[Source data]
- Opening Delimiter -
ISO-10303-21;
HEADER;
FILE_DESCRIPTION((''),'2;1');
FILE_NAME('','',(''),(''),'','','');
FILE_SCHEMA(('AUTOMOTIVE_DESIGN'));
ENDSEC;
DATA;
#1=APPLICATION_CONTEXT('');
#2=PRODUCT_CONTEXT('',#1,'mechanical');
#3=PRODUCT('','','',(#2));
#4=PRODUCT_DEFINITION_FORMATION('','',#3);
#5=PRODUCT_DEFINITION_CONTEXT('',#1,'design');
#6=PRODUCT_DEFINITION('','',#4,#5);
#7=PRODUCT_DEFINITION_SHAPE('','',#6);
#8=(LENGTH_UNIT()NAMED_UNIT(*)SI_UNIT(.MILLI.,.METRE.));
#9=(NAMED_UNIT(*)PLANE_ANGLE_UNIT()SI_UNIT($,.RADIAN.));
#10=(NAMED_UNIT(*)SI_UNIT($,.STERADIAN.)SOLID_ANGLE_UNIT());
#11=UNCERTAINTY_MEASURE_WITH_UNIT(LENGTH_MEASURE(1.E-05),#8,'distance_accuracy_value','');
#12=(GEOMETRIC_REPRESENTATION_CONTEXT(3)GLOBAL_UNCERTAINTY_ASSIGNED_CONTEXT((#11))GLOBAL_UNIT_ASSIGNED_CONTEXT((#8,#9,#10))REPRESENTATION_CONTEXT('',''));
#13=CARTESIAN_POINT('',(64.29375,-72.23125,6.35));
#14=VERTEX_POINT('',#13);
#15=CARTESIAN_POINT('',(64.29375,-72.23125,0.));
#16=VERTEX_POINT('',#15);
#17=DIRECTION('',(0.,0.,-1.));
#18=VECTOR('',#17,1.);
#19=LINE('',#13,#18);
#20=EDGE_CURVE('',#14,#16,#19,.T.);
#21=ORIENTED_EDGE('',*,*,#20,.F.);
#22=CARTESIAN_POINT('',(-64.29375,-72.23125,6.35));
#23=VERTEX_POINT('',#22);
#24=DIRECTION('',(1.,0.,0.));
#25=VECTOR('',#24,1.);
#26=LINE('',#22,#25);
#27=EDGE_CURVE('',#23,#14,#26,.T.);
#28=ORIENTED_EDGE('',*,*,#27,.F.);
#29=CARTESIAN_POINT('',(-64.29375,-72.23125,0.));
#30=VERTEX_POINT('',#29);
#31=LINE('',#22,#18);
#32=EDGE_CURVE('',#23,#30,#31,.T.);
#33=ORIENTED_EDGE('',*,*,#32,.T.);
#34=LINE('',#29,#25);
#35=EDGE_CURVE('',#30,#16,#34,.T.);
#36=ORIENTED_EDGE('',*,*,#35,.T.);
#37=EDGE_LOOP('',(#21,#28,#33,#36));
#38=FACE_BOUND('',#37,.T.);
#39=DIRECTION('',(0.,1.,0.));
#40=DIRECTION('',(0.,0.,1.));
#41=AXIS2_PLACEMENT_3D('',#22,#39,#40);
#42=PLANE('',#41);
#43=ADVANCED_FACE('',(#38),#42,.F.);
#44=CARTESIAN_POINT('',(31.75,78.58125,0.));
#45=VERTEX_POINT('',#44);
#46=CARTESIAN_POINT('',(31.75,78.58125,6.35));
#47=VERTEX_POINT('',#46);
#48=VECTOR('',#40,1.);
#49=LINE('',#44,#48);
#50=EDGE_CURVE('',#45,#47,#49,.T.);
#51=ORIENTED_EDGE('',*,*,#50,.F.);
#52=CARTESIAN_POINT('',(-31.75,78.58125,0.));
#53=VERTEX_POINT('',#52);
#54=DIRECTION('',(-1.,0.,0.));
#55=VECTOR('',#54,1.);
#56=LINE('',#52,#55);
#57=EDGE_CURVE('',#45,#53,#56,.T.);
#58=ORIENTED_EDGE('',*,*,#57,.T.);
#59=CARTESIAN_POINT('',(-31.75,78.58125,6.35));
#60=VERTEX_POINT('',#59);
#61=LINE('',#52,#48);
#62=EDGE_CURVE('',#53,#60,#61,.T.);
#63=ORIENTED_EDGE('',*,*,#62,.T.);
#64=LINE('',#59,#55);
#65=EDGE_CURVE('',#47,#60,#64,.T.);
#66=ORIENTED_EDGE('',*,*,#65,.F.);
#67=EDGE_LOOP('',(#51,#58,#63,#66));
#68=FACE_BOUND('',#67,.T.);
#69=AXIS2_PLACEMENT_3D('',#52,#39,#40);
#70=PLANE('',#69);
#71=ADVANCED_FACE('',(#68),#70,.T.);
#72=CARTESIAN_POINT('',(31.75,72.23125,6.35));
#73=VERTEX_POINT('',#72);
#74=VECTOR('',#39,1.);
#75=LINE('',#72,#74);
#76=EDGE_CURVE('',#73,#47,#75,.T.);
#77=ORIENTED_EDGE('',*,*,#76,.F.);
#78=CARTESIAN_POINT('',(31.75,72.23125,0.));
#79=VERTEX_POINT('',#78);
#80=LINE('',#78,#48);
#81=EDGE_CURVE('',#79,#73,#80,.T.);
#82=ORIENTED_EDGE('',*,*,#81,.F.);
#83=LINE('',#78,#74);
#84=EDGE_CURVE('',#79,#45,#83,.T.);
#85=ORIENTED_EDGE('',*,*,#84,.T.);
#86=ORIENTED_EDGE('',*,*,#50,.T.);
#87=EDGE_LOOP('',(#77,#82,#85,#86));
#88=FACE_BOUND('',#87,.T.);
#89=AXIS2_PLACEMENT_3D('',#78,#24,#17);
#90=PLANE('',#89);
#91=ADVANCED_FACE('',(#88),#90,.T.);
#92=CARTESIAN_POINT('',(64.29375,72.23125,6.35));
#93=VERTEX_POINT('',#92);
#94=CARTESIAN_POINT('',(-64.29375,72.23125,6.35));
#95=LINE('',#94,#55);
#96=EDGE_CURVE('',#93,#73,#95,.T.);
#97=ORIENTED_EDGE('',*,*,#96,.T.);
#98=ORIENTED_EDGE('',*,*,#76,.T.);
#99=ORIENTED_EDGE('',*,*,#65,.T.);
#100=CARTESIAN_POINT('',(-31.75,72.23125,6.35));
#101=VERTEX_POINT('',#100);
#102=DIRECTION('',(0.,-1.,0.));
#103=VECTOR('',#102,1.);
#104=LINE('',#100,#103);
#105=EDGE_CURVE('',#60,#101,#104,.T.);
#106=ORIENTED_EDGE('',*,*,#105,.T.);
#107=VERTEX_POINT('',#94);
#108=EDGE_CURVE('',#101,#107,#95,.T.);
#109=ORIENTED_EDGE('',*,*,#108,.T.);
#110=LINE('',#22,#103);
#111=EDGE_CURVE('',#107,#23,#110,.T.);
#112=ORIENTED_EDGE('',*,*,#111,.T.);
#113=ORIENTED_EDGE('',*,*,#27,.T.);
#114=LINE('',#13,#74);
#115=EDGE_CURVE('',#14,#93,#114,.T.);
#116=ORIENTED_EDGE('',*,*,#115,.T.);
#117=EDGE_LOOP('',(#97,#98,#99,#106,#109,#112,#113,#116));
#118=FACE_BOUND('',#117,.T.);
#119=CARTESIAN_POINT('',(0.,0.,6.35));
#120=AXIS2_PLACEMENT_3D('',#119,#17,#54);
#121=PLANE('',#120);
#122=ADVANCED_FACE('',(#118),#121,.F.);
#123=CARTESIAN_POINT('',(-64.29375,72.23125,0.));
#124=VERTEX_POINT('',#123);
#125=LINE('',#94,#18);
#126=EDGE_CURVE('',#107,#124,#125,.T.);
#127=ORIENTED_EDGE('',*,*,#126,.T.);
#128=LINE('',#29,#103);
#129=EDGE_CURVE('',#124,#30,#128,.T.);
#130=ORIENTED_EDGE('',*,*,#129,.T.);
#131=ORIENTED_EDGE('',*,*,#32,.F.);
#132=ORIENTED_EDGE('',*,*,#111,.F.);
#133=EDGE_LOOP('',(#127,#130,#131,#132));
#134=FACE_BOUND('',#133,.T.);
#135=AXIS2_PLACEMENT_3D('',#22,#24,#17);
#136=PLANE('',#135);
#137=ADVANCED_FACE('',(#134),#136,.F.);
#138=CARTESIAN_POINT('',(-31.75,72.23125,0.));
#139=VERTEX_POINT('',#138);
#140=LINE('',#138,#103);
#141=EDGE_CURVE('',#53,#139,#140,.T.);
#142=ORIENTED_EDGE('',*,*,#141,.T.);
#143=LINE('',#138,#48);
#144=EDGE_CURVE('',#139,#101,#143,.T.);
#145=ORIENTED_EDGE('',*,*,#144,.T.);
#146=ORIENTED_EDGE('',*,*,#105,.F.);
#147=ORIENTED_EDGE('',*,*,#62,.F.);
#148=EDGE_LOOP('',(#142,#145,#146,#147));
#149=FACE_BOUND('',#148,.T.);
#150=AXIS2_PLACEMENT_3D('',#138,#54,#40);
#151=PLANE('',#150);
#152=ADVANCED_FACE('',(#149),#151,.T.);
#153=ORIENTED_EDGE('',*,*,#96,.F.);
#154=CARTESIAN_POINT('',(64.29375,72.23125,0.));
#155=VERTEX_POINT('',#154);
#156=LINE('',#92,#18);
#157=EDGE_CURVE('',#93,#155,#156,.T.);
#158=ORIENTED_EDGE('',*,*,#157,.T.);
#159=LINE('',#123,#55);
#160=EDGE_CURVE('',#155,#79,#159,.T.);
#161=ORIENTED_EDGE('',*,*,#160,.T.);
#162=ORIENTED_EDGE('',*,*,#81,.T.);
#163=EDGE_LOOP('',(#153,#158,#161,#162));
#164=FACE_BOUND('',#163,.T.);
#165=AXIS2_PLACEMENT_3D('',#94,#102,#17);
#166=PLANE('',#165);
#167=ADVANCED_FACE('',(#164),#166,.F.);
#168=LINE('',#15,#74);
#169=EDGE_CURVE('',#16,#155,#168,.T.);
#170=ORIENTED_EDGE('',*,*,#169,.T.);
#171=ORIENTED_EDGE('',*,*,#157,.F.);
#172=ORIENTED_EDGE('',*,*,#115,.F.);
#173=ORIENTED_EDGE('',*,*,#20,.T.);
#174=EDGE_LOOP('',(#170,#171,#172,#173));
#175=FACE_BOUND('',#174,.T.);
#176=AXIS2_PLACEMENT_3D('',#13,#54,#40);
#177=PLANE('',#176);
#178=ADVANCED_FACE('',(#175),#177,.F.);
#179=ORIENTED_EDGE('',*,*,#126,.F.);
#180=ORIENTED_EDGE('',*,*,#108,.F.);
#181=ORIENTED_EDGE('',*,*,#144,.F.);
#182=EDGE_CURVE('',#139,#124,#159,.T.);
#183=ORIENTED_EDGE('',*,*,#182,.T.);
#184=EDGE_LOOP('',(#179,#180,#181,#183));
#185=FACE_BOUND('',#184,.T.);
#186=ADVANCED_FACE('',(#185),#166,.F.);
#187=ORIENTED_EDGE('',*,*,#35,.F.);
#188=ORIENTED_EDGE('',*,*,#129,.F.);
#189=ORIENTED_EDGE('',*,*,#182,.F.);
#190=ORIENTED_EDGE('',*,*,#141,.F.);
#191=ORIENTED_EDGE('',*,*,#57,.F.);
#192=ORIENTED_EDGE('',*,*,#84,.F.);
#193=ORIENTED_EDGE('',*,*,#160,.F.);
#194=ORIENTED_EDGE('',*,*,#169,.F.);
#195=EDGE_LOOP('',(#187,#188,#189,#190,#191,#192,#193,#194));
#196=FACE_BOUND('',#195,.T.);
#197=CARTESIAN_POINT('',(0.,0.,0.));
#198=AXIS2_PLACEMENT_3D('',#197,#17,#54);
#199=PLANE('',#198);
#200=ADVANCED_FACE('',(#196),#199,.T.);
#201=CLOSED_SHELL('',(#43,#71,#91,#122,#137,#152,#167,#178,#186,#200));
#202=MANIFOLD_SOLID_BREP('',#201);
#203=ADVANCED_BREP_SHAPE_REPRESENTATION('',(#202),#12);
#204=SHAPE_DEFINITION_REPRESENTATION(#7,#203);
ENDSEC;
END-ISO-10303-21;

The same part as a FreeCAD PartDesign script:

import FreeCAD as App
import Part
import Sketcher
Q = App.Units.Quantity


def add_polygon(sketch, points):
    """Adds a closed chain of lines whose ends are joined by coincident constraints."""
    first, n = sketch.GeometryCount, len(points)
    for a, b in zip(points, points[1:] + points[:1]):
        sketch.addGeometry(Part.LineSegment(App.Vector(*a, 0), App.Vector(*b, 0)), False)
    for i in range(n):
        sketch.addConstraint(Sketcher.Constraint("Coincident", first + i, 2, first + (i + 1) % n, 1))

doc = App.newDocument("Part")
body = doc.addObject("PartDesign::Body", "Body")

# Sketch on XY plane
sketch1 = doc.addObject("Sketcher::SketchObject", "Sketch")
body.addObject(sketch1)
sketch1.AttachmentSupport = (doc.XY_Plane, [""])
sketch1.MapMode = "FlatFace"
add_polygon(sketch1, [(-64, 72), (-64, -72), (64, -72), (64, 72)])  # lines 0-3
sketch1.addConstraint([
    Sketcher.Constraint("Vertical", 0),
    Sketcher.Constraint("Horizontal", 1),
    Sketcher.Constraint("Vertical", 2),
    Sketcher.Constraint("Horizontal", 3),
    Sketcher.Constraint("Symmetric", 0, 2, 2, 2, -1, 1),
    Sketcher.Constraint("DistanceX", 1, 1, 1, 2, Q("5.0625 in")),
    Sketcher.Constraint("DistanceY", 0, 2, 0, 1, Q("5.6875 in")),
])
pad1 = doc.addObject("PartDesign::Pad", "Pad")
body.addObject(pad1)
pad1.Profile = sketch1
pad1.Length = Q("0.25 in")

# Sketch on XY plane
sketch2 = doc.addObject("Sketcher::SketchObject", "Sketch001")
body.addObject(sketch2)
sketch2.AttachmentSupport = (doc.XY_Plane, [""])
sketch2.MapMode = "FlatFace"
sketch2.AttachmentOffset = App.Placement(App.Vector(0, 0, 0.25 * 25.4), App.Rotation())
add_polygon(sketch2, [(-32, 79), (-32, 72), (32, 72), (32, 79)])  # lines 0-3
sketch2.addConstraint([
    Sketcher.Constraint("Vertical", 0),
    Sketcher.Constraint("Horizontal", 1),
    Sketcher.Constraint("Vertical", 2),
    Sketcher.Constraint("Horizontal", 3),
    Sketcher.Constraint("DistanceX", 1, 1, 1, 2, Q("2.5 in")),
    Sketcher.Constraint("DistanceY", 0, 2, 0, 1, Q("0.25 in")),
    Sketcher.Constraint("DistanceX", 0, 2, -1, 1, Q("1.25 in")),
    Sketcher.Constraint("DistanceY", -1, 1, 0, 2, Q("2.84375 in")),
])
pad2 = doc.addObject("PartDesign::Pad", "Pad001")
body.addObject(pad2)
pad2.Profile = sketch2
pad2.Length = Q("0.25 in")
pad2.Reversed = True

doc.recompute()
- Closing Delimiter -
In the entries above, find the line with "#130=ORIENTED_EDGE('',*,*,#129,.T.);" and the line with "#146=ORIENTED_EDGE('',*,*,#105,.F.);", then set down exactly those two and every line between them, nothing else.

#### [Your solution]
#130=ORIENTED_EDGE('',*,*,#129,.T.);
#131=ORIENTED_EDGE('',*,*,#32,.F.);
#132=ORIENTED_EDGE('',*,*,#111,.F.);
#133=EDGE_LOOP('',(#127,#130,#131,#132));
#134=FACE_BOUND('',#133,.T.);
#135=AXIS2_PLACEMENT_3D('',#22,#24,#17);
#136=PLANE('',#135);
#137=ADVANCED_FACE('',(#134),#136,.F.);
#138=CARTESIAN_POINT('',(-31.75,72.23125,0.));
#139=VERTEX_POINT('',#138);
#140=LINE('',#138,#103);
#141=EDGE_CURVE('',#53,#139,#140,.T.);
#142=ORIENTED_EDGE('',*,*,#141,.T.);
#143=LINE('',#138,#48);
#144=EDGE_CURVE('',#139,#101,#143,.T.);
#145=ORIENTED_EDGE('',*,*,#144,.T.);
#146=ORIENTED_EDGE('',*,*,#105,.F.);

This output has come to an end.